Collected data entries:
○ ○ ○

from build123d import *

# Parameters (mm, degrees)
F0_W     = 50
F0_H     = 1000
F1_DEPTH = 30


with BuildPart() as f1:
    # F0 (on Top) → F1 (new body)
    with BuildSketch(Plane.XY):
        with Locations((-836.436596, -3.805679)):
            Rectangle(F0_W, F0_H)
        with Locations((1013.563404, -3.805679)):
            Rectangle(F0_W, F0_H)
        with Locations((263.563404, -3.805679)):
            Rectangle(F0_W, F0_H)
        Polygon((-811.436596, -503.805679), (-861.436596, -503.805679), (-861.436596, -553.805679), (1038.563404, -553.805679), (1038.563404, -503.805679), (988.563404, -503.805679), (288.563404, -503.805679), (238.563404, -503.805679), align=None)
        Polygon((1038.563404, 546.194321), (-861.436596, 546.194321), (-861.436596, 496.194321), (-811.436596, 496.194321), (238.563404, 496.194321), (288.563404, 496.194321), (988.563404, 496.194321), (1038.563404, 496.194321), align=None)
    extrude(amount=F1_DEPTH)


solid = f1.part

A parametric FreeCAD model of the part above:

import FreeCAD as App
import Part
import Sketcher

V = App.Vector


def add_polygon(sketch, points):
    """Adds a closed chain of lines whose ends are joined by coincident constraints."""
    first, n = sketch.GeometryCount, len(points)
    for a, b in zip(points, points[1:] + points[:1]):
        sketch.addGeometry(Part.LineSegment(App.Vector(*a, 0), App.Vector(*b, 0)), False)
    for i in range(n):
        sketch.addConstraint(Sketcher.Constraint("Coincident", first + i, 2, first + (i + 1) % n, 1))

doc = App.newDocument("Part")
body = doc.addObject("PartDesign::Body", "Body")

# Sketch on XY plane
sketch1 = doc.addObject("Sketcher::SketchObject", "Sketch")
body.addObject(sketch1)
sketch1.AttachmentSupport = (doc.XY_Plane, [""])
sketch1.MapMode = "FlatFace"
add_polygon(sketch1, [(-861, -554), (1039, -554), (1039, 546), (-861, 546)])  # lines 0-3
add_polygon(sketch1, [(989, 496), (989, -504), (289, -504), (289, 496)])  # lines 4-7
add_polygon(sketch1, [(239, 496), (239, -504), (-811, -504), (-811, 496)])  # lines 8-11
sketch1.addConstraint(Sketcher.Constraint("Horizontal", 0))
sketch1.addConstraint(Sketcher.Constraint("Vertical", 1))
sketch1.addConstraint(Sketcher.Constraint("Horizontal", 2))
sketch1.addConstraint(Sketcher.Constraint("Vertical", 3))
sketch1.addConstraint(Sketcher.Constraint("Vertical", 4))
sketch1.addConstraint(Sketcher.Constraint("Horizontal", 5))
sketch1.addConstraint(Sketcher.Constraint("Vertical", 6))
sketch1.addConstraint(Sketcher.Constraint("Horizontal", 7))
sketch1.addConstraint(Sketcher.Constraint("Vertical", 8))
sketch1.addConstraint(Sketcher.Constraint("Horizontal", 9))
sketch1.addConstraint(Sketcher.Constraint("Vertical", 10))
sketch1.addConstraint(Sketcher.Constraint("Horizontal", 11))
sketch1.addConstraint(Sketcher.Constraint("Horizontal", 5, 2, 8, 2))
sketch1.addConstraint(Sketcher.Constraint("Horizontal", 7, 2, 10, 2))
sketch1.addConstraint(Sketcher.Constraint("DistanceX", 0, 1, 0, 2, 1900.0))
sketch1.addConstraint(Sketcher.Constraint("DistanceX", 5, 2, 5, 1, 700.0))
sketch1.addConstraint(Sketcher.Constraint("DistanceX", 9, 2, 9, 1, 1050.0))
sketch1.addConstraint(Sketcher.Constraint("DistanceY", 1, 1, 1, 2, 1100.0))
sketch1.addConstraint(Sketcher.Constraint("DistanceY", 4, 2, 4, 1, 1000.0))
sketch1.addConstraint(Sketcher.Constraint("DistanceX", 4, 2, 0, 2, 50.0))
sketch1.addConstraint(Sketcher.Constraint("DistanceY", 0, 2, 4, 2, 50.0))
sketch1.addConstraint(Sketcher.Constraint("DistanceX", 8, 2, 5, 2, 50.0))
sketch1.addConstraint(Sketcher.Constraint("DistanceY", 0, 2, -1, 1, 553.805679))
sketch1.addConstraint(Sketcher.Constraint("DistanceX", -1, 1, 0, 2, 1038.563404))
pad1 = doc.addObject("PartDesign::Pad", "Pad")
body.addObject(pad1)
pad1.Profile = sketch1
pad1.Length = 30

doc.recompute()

○ ○ ○

» WORK REQUEST:
Please transcribe the records exactly from their first line through the line holding "(238.563404, -503.805679), align=None)", and leave out all others.

» OUTPUT FOR THIS EXERCISE:
from build123d import *

# Parameters (mm, degrees)
F0_W     = 50
F0_H     = 1000
F1_DEPTH = 30


with BuildPart() as f1:
    # F0 (on Top) → F1 (new body)
    with BuildSketch(Plane.XY):
        with Locations((-836.436596, -3.805679)):
            Rectangle(F0_W, F0_H)
        with Locations((1013.563404, -3.805679)):
            Rectangle(F0_W, F0_H)
        with Locations((263.563404, -3.805679)):
            Rectangle(F0_W, F0_H)
        Polygon((-811.436596, -503.805679), (-861.436596, -503.805679), (-861.436596, -553.805679), (1038.563404, -553.805679), (1038.563404, -503.805679), (988.563404, -503.805679), (288.563404, -503.805679), (238.563404, -503.805679), align=None)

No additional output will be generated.